Task instructions
From the entries below, retype only the lines from the one with "face PLANE(AX(P(60,-40,4),D(1,0,0),D(0,1,0))) [-e43" through the one with "near = lambda", exactly as written.

(Beginning of Record extracts)

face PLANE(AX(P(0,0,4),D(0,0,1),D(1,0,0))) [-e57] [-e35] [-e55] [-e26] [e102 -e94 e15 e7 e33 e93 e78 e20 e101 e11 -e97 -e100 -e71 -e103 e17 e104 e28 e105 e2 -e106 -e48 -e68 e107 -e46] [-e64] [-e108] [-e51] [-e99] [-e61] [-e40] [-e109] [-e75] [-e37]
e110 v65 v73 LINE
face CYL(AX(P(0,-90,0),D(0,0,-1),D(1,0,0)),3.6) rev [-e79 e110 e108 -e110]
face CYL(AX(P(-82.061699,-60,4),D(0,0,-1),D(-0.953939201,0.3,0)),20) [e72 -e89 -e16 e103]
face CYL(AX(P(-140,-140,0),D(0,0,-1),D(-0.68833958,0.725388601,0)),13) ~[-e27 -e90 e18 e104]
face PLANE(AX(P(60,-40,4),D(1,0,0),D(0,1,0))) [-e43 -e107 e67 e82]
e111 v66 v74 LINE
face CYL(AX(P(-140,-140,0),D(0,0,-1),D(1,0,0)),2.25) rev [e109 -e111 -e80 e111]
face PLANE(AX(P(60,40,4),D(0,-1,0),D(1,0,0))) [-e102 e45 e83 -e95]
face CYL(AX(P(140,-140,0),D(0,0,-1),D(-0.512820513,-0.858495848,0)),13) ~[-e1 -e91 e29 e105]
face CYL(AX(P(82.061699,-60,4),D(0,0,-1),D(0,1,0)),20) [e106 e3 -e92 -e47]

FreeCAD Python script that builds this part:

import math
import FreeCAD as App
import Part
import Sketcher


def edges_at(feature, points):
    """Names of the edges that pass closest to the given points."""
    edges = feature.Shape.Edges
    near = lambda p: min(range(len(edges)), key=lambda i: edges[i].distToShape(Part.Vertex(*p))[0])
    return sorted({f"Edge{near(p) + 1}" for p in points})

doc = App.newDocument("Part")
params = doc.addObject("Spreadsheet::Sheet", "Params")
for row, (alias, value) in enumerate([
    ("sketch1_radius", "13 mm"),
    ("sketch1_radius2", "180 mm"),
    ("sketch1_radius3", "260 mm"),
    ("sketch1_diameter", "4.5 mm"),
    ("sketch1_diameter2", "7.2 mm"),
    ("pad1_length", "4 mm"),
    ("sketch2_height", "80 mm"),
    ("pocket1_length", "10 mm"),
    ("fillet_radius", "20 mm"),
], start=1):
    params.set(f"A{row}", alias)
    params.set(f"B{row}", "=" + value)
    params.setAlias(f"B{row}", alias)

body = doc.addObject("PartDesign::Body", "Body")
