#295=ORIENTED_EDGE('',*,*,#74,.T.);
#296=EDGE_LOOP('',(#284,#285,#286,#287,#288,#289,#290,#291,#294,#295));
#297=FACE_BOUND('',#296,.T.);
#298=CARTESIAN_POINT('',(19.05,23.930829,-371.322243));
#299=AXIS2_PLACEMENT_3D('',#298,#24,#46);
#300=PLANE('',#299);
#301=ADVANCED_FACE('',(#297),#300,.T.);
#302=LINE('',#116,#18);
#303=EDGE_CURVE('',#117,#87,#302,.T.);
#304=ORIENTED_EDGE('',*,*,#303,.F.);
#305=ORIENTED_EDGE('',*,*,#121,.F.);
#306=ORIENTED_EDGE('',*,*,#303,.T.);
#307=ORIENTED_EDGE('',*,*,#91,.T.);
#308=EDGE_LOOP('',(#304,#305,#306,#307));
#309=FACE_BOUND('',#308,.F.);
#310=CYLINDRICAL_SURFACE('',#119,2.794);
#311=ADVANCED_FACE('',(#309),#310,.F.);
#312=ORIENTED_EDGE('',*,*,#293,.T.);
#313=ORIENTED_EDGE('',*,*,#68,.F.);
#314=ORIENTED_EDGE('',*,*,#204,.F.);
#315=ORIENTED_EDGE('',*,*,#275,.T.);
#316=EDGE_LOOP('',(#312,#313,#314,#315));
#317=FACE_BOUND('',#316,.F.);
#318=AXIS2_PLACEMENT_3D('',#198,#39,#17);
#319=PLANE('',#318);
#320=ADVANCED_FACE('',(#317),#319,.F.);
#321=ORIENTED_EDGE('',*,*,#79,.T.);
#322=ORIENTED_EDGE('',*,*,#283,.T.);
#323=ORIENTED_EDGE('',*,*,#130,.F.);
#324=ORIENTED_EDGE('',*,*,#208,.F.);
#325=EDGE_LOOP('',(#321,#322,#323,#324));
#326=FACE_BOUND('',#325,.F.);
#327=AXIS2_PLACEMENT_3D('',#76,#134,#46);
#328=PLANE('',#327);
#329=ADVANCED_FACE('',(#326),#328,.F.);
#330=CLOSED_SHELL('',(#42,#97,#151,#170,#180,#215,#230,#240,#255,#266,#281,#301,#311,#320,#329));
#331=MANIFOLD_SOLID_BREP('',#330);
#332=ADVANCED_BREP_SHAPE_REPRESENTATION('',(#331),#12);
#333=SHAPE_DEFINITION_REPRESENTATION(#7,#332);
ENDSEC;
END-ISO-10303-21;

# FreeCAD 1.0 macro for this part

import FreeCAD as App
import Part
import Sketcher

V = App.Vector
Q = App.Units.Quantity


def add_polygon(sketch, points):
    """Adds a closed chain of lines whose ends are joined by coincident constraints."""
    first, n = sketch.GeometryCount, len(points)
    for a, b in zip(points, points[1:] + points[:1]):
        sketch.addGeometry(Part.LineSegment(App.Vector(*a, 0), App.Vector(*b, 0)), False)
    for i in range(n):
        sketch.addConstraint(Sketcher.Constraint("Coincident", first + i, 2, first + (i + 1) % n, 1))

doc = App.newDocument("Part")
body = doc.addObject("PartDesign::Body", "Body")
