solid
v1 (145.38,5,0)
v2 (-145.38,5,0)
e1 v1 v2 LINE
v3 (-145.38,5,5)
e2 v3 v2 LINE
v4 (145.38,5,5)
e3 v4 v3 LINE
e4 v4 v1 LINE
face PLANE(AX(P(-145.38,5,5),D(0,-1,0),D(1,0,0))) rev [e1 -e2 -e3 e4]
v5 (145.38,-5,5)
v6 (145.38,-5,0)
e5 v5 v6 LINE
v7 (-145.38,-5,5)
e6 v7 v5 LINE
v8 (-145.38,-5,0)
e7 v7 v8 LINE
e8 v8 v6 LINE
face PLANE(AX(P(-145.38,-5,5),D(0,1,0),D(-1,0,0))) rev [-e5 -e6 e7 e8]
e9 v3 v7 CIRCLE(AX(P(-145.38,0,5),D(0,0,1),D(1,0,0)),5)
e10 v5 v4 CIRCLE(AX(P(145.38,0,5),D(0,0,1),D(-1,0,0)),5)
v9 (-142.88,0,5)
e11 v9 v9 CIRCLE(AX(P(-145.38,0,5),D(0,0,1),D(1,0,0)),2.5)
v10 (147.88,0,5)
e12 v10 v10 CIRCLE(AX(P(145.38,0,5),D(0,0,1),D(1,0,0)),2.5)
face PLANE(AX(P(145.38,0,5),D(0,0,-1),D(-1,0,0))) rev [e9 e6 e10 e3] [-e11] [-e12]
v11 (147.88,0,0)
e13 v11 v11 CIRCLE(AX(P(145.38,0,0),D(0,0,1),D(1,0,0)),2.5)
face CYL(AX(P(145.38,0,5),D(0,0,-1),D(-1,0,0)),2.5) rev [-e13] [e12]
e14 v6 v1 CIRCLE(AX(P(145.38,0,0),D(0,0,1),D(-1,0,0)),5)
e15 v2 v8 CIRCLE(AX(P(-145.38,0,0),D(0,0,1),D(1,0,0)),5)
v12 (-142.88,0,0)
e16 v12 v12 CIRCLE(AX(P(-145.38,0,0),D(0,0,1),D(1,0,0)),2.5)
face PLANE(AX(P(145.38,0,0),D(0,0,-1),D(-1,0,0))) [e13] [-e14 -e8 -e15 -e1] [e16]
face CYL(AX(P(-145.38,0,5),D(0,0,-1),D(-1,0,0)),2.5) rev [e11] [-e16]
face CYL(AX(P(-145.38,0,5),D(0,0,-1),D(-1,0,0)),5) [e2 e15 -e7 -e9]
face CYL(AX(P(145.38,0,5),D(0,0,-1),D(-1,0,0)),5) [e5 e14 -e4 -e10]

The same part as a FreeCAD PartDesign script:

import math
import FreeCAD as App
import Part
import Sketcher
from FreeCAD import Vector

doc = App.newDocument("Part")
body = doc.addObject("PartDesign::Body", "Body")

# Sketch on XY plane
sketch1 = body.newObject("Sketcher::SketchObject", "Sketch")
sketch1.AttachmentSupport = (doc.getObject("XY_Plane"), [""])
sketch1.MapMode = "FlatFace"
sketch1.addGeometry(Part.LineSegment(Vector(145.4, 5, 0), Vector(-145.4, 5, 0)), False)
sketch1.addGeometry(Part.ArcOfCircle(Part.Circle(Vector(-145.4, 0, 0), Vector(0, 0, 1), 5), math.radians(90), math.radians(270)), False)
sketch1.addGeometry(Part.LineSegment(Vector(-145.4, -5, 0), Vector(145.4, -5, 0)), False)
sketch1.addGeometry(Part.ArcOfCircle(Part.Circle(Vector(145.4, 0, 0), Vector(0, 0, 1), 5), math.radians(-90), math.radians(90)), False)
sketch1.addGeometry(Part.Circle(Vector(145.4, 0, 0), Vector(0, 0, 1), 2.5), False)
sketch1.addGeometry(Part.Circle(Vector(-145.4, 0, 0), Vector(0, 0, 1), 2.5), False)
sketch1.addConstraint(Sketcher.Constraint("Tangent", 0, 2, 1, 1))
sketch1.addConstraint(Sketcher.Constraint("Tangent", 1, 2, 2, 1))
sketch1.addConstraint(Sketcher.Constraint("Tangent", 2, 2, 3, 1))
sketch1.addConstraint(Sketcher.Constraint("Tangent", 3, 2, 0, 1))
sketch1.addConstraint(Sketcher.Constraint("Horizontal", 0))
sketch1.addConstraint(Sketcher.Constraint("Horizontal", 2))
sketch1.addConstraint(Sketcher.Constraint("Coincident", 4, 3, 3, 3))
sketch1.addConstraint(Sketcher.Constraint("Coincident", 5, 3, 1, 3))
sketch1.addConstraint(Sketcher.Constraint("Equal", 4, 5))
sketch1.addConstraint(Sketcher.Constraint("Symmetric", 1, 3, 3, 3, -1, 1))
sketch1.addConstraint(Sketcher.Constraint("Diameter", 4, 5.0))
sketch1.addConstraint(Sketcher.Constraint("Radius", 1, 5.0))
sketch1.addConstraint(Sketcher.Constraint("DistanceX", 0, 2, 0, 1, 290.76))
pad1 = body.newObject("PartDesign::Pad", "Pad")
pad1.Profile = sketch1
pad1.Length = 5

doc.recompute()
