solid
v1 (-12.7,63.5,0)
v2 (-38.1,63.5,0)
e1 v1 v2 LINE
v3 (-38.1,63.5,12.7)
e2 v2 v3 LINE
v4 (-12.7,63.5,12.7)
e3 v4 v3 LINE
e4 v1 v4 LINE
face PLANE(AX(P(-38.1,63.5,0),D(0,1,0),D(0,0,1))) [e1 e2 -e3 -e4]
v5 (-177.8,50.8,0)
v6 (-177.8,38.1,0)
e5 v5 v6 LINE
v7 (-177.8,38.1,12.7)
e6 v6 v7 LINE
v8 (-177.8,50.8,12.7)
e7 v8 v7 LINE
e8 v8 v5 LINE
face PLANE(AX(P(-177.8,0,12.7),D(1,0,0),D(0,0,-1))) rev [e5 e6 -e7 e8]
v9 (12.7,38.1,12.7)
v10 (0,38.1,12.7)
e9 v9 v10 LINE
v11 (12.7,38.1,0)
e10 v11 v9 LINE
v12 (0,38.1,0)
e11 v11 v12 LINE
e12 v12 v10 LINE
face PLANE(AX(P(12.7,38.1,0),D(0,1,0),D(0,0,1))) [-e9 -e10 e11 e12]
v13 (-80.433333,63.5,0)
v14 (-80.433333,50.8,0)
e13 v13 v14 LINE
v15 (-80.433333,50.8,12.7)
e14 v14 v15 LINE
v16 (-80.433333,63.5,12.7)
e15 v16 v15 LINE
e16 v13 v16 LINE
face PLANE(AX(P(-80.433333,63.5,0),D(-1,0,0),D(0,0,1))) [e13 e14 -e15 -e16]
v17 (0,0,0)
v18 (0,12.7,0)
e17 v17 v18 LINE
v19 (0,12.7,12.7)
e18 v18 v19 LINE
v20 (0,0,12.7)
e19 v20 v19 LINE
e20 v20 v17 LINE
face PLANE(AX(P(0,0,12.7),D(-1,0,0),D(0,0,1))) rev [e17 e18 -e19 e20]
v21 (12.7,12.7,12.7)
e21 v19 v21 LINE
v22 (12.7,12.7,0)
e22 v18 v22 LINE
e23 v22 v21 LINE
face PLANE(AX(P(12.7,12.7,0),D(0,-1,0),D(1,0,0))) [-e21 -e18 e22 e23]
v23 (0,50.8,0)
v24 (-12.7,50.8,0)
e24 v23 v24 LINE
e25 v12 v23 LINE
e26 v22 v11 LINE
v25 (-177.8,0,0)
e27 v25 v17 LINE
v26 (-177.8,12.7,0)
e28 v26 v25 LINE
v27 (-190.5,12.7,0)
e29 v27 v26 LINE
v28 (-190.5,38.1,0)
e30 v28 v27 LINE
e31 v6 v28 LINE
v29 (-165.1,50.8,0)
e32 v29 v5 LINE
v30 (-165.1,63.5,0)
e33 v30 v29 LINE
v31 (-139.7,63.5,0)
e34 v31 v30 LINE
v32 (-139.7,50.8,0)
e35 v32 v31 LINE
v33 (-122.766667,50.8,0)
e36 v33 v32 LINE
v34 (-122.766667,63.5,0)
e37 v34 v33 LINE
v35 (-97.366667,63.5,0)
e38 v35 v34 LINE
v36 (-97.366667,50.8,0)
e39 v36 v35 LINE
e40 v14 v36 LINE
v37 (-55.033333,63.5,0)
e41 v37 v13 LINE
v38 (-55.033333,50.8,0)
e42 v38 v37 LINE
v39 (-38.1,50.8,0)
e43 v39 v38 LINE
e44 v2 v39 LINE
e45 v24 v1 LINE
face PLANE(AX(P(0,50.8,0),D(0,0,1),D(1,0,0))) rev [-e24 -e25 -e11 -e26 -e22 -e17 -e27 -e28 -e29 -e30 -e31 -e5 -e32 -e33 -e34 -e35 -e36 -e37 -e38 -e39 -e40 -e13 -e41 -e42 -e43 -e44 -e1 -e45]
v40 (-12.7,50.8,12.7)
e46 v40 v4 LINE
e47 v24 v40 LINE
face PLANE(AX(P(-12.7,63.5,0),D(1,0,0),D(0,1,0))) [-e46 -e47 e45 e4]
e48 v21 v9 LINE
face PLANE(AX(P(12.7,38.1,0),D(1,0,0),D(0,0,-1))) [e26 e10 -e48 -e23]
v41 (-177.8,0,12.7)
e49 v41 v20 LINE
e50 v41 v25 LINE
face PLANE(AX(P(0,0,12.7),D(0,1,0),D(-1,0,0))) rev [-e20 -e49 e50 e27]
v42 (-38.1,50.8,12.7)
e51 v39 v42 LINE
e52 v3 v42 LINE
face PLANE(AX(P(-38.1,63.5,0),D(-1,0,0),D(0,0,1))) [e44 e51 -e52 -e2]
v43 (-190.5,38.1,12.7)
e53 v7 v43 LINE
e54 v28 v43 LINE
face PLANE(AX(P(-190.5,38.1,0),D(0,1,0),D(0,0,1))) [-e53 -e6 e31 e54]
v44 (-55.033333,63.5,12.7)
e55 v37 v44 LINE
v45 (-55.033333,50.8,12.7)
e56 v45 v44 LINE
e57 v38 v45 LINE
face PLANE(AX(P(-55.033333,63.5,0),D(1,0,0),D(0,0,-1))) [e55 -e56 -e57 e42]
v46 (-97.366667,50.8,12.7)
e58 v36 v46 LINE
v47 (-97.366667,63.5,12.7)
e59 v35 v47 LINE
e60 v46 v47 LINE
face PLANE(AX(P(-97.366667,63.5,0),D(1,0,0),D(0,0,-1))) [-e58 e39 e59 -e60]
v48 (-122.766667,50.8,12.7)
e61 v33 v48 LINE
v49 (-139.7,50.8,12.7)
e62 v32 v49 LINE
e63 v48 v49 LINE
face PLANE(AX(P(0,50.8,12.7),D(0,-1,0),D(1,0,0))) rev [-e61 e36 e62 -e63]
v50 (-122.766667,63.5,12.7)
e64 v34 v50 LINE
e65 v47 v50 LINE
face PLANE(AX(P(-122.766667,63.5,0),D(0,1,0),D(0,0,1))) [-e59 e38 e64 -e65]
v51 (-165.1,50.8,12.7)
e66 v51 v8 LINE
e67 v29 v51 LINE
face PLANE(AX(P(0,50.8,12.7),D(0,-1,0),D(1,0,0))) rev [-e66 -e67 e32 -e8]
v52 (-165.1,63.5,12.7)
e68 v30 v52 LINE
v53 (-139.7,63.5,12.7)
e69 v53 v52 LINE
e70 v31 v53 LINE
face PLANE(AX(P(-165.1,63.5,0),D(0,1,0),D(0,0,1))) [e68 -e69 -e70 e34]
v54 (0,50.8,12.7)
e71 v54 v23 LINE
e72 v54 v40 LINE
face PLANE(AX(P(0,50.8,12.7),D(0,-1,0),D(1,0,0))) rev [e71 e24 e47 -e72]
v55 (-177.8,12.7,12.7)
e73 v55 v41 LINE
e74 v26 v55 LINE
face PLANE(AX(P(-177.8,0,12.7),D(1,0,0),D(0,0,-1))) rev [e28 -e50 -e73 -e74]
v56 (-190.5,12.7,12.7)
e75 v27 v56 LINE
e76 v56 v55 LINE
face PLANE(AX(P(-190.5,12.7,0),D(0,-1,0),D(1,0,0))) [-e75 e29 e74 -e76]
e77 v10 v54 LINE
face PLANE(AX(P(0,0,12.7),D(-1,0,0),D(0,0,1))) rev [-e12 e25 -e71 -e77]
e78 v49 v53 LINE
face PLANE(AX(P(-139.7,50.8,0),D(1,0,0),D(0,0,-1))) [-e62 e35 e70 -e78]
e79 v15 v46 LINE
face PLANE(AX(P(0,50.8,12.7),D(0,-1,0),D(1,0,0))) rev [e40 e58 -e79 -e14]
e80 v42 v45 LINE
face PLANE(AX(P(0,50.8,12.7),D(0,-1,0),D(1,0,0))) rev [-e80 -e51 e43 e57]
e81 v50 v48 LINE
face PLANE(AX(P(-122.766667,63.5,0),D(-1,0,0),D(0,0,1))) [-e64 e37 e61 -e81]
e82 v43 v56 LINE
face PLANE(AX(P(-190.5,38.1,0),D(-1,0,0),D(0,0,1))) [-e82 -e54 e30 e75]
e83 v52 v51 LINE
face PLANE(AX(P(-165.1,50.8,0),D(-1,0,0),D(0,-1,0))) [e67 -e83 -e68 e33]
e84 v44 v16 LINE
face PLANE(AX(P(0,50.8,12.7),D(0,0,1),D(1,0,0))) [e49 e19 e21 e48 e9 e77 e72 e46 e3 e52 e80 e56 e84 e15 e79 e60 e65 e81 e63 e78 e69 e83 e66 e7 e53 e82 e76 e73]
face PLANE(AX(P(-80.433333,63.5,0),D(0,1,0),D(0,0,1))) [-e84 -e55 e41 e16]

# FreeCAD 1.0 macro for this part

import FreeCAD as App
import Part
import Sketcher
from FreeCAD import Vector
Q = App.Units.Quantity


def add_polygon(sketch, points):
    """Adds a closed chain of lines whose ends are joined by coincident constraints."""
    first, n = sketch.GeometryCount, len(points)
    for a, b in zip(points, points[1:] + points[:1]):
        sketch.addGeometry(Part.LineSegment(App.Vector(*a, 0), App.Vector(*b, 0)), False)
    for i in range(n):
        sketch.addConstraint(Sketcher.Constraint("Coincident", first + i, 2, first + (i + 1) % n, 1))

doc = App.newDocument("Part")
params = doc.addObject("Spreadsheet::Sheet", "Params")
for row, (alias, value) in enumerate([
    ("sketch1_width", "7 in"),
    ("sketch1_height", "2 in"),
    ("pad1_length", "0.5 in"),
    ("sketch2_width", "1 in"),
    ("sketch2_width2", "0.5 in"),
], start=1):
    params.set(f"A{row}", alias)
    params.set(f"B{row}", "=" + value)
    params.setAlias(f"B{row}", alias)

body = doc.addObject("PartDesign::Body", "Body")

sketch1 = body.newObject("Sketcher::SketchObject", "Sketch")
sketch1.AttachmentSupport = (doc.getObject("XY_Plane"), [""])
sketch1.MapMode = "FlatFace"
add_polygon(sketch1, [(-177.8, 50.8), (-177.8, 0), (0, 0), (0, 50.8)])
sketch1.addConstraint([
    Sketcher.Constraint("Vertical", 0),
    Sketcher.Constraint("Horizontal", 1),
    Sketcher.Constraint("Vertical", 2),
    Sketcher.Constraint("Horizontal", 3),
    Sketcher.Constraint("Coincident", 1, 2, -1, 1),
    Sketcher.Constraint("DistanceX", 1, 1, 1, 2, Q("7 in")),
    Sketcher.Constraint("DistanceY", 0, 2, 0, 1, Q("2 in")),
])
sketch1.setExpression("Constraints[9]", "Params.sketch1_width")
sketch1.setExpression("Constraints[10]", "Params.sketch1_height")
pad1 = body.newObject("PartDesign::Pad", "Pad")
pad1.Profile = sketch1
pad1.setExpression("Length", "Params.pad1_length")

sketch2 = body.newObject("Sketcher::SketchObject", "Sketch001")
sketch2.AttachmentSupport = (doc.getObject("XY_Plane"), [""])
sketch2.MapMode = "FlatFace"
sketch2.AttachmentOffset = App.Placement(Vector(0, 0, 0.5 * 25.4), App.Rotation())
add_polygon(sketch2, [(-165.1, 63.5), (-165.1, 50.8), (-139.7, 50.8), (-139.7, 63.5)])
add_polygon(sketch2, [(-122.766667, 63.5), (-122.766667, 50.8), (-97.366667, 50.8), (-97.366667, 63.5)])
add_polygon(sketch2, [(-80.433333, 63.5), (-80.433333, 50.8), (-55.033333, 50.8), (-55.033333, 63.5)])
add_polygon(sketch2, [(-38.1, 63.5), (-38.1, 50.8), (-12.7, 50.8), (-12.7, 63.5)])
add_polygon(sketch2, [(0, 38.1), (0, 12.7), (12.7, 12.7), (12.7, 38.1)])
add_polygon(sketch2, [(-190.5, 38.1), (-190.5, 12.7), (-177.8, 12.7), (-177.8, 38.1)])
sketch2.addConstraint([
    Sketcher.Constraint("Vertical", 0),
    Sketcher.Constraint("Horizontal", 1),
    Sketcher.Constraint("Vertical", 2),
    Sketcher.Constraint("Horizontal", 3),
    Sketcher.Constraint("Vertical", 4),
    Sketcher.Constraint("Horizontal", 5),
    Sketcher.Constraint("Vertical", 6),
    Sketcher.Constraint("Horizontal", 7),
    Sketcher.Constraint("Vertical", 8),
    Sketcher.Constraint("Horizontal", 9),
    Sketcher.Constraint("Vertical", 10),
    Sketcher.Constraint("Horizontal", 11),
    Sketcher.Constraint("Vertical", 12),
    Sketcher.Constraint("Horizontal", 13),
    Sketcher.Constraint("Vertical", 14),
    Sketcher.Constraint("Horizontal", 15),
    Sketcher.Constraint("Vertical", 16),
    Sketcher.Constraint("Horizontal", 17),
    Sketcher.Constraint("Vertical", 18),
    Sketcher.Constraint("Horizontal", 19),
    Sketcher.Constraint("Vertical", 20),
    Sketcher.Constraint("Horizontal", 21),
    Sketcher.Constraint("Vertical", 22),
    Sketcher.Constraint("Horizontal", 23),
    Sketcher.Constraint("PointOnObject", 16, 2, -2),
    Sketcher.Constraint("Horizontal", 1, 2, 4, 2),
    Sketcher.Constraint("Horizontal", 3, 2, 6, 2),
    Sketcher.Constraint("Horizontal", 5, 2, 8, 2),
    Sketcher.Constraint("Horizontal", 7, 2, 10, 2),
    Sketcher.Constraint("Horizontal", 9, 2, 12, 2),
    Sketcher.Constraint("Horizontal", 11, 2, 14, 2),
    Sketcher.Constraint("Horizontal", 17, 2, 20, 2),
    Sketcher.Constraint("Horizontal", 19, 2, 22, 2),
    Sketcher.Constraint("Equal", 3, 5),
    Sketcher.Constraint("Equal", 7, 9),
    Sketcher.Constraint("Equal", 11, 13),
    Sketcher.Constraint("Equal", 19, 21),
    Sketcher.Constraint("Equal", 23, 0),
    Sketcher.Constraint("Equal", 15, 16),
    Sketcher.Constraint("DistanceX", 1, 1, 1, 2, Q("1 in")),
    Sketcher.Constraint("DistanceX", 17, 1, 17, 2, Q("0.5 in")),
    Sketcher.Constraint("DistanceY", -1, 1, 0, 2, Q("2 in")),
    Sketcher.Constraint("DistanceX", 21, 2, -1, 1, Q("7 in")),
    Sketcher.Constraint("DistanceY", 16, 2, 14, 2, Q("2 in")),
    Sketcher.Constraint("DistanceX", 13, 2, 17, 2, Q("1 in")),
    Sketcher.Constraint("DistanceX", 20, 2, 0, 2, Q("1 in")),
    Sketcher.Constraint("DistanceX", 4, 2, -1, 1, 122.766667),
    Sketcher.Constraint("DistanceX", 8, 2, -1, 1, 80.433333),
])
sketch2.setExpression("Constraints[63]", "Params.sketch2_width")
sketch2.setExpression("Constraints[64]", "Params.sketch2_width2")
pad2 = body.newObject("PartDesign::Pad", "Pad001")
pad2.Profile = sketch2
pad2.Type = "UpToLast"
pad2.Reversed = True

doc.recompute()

(End of Record extracts)

Solution to this task
face PLANE(AX(P(60,-40,4),D(1,0,0),D(0,1,0))) [-e43 -e107 e67 e82]
e111 v66 v74 LINE
face CYL(AX(P(-140,-140,0),D(0,0,-1),D(1,0,0)),2.25) rev [e109 -e111 -e80 e111]
face PLANE(AX(P(60,40,4),D(0,-1,0),D(1,0,0))) [-e102 e45 e83 -e95]
face CYL(AX(P(140,-140,0),D(0,0,-1),D(-0.512820513,-0.858495848,0)),13) ~[-e1 -e91 e29 e105]
face CYL(AX(P(82.061699,-60,4),D(0,0,-1),D(0,1,0)),20) [e106 e3 -e92 -e47]

FreeCAD Python script that builds this part:

import math
import FreeCAD as App
import Part
import Sketcher


def edges_at(feature, points):
    """Names of the edges that pass closest to the given points."""
    edges = feature.Shape.Edges
    near = lambda p: min(range(len(edges)), key=lambda i: edges[i].distToShape(Part.Vertex(*p))[0])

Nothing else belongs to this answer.